The entries that follow include a run beginning at the line with "v 7.464 -2.837 0" and ending at the line with "v -0.707 2.002 31.75"; restate that run word for word and leave the rest out.
--- The records ---
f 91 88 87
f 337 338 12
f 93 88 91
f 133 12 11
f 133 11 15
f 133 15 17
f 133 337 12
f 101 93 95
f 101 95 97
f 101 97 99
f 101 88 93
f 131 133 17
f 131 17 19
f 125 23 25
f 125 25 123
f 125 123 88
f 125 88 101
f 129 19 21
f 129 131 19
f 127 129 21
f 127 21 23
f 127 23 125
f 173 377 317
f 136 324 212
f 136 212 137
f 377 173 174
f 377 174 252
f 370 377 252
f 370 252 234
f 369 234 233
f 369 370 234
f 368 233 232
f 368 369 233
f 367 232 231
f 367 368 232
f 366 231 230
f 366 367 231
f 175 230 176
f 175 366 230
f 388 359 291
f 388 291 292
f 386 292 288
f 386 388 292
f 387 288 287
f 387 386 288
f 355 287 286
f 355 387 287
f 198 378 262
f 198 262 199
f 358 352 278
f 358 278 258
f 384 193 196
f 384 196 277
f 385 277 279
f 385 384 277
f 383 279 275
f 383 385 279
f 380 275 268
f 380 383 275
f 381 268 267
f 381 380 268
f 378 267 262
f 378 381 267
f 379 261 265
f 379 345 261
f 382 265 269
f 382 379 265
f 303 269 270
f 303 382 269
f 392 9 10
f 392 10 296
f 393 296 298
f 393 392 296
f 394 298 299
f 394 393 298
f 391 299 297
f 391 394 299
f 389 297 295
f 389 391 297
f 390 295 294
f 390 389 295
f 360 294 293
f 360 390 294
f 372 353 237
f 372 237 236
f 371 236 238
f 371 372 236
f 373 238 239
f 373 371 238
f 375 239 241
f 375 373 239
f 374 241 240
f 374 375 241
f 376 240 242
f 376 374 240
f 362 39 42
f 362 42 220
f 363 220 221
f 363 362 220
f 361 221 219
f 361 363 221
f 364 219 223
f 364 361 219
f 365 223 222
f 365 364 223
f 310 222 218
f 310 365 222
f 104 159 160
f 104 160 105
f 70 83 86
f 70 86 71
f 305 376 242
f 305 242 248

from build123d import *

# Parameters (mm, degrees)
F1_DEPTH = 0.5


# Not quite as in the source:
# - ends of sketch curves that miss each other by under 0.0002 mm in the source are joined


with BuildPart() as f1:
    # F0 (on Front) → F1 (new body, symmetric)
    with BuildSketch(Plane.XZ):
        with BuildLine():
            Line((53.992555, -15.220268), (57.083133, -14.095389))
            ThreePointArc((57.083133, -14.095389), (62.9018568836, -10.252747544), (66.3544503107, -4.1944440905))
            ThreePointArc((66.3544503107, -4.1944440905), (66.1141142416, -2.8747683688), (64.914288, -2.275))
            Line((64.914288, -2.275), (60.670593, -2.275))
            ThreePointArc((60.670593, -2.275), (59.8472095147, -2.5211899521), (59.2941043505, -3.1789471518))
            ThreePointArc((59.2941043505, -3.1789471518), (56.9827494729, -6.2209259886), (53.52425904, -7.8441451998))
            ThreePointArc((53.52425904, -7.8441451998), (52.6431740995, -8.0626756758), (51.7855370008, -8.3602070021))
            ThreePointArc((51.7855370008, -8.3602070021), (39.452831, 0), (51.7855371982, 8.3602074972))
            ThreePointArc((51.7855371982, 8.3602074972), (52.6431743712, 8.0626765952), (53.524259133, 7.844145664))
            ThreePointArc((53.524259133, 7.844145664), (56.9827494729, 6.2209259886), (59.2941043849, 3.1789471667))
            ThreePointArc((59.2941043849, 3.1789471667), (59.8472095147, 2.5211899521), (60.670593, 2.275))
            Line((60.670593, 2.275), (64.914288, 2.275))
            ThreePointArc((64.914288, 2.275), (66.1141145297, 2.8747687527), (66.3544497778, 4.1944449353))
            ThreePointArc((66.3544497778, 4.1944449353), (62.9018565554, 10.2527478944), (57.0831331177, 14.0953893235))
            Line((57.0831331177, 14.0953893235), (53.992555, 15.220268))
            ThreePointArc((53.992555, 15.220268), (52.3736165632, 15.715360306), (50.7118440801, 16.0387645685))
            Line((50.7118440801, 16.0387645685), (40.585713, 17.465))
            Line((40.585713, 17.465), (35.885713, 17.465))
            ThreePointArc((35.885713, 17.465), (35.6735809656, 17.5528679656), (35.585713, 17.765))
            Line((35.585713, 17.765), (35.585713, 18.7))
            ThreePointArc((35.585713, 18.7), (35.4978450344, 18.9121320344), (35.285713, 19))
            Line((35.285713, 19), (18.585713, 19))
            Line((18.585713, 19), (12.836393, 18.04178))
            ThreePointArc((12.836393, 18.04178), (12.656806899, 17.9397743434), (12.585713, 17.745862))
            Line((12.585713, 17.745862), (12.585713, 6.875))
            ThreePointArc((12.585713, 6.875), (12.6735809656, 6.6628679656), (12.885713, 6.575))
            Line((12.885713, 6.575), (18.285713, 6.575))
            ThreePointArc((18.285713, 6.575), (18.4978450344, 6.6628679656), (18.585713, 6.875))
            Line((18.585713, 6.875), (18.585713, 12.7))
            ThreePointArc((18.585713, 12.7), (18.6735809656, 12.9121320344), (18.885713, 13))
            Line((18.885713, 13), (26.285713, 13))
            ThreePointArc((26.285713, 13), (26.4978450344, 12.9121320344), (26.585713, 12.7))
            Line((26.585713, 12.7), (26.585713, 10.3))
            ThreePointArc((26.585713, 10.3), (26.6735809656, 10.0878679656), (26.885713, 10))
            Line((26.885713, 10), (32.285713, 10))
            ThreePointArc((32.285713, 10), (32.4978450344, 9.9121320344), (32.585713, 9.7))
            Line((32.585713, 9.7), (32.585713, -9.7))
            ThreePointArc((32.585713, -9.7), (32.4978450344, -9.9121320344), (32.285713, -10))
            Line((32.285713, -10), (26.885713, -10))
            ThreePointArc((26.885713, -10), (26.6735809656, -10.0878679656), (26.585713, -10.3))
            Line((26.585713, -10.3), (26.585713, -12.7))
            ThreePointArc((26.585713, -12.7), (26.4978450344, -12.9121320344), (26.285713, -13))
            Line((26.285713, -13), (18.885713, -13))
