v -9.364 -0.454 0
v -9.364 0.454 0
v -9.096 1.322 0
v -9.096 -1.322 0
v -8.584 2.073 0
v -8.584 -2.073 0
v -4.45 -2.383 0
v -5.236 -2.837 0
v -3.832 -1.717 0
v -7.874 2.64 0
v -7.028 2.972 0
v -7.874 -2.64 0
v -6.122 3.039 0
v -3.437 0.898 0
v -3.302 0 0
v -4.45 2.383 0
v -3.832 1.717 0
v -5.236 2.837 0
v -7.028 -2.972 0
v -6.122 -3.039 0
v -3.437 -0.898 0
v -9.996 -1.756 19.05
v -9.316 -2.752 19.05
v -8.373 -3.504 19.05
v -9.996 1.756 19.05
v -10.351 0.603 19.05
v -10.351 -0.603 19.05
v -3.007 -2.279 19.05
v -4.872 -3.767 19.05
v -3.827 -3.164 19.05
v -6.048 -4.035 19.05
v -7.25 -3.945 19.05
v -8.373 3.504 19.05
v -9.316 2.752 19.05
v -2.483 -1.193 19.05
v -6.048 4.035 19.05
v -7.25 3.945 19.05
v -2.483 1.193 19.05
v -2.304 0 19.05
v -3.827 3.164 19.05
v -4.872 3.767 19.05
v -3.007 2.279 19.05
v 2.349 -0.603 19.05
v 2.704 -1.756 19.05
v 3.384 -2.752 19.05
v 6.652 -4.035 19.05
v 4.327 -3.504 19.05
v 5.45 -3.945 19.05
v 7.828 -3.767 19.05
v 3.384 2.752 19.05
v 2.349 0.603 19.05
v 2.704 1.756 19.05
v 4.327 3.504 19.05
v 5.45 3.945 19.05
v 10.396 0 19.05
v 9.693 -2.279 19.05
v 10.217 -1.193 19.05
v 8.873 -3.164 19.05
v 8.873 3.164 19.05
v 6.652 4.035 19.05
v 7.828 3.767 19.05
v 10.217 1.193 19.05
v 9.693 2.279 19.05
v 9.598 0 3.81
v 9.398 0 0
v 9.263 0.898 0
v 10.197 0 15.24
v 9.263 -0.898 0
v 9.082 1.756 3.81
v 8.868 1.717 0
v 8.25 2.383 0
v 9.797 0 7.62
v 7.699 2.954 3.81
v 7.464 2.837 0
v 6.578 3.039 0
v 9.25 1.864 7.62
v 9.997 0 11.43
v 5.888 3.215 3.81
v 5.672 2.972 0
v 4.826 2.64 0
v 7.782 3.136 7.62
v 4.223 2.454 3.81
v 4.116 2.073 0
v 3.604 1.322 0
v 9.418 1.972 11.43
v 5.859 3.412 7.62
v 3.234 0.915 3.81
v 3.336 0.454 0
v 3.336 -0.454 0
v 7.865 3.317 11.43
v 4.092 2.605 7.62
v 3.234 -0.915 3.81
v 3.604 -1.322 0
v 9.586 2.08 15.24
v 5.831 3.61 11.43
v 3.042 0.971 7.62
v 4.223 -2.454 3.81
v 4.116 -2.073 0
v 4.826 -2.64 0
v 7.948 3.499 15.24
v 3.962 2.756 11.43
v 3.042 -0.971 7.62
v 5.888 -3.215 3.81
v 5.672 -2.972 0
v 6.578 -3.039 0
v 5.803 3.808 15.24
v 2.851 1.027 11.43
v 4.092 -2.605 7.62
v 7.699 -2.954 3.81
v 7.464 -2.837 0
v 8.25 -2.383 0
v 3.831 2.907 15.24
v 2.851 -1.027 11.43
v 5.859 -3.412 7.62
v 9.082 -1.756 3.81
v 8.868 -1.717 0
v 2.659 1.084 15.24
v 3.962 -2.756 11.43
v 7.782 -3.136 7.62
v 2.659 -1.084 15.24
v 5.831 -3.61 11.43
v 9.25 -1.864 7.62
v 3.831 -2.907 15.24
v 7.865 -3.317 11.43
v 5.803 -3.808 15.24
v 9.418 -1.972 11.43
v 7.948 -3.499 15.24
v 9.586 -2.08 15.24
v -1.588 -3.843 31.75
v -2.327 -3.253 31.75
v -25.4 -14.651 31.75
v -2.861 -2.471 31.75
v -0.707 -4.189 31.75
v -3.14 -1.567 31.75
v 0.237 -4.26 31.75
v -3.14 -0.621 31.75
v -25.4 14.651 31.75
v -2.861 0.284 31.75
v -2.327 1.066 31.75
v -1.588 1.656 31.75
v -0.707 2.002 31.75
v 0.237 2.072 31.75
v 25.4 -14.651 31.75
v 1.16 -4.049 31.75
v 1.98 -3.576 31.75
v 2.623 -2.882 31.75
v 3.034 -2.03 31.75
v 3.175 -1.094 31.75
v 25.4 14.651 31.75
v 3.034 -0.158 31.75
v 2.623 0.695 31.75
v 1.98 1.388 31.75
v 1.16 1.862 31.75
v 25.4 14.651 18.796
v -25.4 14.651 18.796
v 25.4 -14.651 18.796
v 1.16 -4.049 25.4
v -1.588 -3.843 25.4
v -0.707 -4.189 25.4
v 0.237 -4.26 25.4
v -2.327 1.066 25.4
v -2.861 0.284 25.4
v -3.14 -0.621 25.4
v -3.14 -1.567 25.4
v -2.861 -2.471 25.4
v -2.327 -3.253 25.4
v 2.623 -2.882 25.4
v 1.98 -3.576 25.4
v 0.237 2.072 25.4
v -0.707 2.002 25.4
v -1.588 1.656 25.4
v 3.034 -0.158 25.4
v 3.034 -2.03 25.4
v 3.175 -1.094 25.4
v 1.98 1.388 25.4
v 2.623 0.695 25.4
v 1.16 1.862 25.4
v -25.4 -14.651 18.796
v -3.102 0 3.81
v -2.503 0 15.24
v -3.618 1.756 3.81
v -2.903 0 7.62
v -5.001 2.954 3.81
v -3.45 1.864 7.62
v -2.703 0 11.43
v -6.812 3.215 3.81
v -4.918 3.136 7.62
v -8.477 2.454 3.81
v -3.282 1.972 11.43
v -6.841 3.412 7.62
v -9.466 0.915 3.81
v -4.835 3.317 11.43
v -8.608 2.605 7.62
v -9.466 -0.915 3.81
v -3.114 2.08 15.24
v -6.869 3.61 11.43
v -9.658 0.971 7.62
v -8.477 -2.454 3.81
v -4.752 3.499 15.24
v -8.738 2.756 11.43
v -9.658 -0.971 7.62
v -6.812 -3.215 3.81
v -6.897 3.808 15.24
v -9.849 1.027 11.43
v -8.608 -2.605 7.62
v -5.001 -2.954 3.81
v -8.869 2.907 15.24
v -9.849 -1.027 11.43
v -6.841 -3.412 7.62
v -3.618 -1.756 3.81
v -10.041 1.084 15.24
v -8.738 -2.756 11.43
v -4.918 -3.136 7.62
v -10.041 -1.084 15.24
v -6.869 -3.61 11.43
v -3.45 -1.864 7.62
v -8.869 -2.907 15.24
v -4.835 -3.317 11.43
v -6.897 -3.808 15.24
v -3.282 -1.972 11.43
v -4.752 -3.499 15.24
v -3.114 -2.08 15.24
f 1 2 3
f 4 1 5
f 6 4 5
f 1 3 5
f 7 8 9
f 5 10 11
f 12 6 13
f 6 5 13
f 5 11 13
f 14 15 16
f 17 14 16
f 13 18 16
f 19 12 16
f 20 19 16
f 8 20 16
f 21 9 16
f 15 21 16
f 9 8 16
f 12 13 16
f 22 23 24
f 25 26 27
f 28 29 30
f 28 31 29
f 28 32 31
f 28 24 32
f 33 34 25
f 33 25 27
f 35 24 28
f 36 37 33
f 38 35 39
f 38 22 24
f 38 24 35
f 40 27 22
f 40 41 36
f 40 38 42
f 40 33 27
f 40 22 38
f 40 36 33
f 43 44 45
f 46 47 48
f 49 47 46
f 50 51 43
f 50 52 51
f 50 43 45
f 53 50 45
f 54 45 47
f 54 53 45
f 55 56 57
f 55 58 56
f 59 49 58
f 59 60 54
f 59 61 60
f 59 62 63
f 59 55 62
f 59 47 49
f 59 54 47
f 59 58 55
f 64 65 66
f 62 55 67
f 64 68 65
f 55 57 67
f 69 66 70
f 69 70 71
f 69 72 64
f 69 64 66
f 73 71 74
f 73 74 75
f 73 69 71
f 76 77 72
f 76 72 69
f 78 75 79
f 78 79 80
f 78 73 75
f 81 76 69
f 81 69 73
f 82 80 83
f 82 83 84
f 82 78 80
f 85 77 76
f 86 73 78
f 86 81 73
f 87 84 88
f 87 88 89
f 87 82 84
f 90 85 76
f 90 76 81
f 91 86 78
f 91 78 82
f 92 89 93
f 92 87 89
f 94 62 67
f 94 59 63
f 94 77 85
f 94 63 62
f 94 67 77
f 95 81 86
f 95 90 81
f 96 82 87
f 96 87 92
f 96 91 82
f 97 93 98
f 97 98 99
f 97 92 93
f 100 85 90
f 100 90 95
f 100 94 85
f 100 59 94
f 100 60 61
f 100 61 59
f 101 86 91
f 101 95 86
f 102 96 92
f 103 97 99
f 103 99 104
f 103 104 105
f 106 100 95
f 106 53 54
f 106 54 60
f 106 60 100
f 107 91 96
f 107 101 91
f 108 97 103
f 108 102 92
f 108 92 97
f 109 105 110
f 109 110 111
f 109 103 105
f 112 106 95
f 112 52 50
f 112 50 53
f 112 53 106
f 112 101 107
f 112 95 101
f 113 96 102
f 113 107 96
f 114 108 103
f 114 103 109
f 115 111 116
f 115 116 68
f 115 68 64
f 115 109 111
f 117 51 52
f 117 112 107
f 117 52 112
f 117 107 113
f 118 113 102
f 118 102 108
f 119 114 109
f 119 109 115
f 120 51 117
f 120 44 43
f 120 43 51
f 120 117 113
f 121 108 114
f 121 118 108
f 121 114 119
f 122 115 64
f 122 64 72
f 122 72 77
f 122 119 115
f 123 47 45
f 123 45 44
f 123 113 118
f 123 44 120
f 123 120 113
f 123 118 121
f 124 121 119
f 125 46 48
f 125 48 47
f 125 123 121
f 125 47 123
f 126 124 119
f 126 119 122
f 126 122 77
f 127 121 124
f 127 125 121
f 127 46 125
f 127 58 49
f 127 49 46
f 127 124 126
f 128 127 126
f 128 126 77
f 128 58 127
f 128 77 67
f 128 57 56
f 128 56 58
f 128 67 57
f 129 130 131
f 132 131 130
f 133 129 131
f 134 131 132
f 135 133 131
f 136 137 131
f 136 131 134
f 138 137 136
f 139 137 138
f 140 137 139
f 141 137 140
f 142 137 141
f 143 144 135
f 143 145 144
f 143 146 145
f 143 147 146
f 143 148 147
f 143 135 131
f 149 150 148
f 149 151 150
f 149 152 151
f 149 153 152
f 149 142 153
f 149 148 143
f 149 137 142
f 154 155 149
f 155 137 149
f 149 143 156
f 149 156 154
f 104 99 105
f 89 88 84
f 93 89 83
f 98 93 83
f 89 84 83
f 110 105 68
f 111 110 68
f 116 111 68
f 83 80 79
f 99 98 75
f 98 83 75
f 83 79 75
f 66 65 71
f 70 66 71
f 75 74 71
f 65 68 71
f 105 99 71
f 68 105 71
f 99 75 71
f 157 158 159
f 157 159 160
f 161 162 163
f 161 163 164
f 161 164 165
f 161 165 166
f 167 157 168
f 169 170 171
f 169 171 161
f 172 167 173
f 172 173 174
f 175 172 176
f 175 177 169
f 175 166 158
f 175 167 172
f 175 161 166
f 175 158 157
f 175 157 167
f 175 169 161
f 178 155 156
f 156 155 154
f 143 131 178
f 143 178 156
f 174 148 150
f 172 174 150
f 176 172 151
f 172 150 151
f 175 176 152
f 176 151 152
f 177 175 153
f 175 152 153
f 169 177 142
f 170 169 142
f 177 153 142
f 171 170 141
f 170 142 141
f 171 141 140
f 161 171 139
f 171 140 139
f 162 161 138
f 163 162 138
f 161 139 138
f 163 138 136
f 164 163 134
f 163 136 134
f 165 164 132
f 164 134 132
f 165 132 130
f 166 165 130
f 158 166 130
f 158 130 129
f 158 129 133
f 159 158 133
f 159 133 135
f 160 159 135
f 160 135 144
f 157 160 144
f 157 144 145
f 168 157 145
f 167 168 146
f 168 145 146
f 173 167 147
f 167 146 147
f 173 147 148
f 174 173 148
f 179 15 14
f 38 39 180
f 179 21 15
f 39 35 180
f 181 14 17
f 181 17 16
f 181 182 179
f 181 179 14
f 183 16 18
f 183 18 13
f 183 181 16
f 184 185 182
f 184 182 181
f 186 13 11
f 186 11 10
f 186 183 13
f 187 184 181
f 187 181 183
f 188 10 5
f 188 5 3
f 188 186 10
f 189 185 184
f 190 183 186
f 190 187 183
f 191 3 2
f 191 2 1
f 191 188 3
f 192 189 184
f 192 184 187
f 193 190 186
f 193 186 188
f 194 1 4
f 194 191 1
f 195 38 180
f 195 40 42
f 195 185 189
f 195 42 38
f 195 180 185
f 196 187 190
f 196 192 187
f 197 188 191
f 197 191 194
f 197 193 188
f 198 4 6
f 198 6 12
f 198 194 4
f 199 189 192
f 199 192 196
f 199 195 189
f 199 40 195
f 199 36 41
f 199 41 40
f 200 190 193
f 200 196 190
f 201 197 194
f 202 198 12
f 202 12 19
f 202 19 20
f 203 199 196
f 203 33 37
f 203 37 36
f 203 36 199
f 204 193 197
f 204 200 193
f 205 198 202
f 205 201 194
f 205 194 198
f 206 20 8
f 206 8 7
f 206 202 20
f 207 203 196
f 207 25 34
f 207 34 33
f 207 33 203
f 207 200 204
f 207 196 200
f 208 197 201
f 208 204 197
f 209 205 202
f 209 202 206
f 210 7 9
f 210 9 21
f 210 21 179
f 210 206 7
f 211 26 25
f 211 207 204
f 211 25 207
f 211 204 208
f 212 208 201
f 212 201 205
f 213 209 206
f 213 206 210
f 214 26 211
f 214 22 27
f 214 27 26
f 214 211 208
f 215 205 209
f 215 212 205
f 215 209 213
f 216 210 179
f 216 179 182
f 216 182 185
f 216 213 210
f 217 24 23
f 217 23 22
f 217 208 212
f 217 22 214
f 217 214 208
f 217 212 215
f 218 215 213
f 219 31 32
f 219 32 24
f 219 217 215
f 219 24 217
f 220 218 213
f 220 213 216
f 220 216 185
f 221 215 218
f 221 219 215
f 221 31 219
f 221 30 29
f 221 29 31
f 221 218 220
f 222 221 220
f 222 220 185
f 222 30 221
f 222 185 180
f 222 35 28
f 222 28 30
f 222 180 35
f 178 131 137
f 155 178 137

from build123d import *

# Parameters (mm, degrees)
F0_R          = 3.048
F1_DEPTH      = 19.05
F1_TAPER      = -3
F2_W          = 50.8
F2_H          = 29.3014320238
F3_DEPTH      = 12.7
F3_DEPTH_BACK = 0.254
F4_R          = 3.175
F5_DEPTH      = 6.35


with BuildPart() as f1:
    # F0 (on Top) → F1 (new body)
    with BuildSketch(Plane.XY):
        with Locations((6.35, 0)):
            Circle(F0_R)
    extrude(amount=F1_DEPTH, taper=F1_TAPER)


with BuildPart() as f1b:
    # F0 (on Top) → F1, piece 2 (new body)
    with BuildSketch(Plane.XY):
        with Locations((-6.35, 0)):
            Circle(F0_R)
    extrude(amount=F1_DEPTH, taper=F1_TAPER)


with BuildPart() as f3:
    # F2 (on face) → F3 (new body, two sides)
    with BuildSketch(Plane.XY.offset(19.05)) as f3_sk:
        Rectangle(F2_W, F2_H)
    extrude(amount=F3_DEPTH)
    extrude(f3_sk.sketch, amount=-F3_DEPTH_BACK)

    # F4 (on face) → F5 (cut)
    with BuildSketch(Plane.XY.offset(31.75)):
        with Locations((0, -1.0938570779)):
            Circle(F4_R)
    extrude(amount=-F5_DEPTH, mode=Mode.SUBTRACT)


solid = Compound([f1.part, f1b.part, f3.part])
---
- **Expected answer**
v 7.464 -2.837 0
v 8.25 -2.383 0
v 3.831 2.907 15.24
v 2.851 -1.027 11.43
v 5.859 -3.412 7.62
v 9.082 -1.756 3.81
v 8.868 -1.717 0
v 2.659 1.084 15.24
v 3.962 -2.756 11.43
v 7.782 -3.136 7.62
v 2.659 -1.084 15.24
v 5.831 -3.61 11.43
v 9.25 -1.864 7.62
v 3.831 -2.907 15.24
v 7.865 -3.317 11.43
v 5.803 -3.808 15.24
v 9.418 -1.972 11.43
v 7.948 -3.499 15.24
v 9.586 -2.08 15.24
v -1.588 -3.843 31.75
v -2.327 -3.253 31.75
v -25.4 -14.651 31.75
v -2.861 -2.471 31.75
v -0.707 -4.189 31.75
v -3.14 -1.567 31.75
v 0.237 -4.26 31.75
v -3.14 -0.621 31.75
v -25.4 14.651 31.75
v -2.861 0.284 31.75
v -2.327 1.066 31.75
v -1.588 1.656 31.75
v -0.707 2.002 31.75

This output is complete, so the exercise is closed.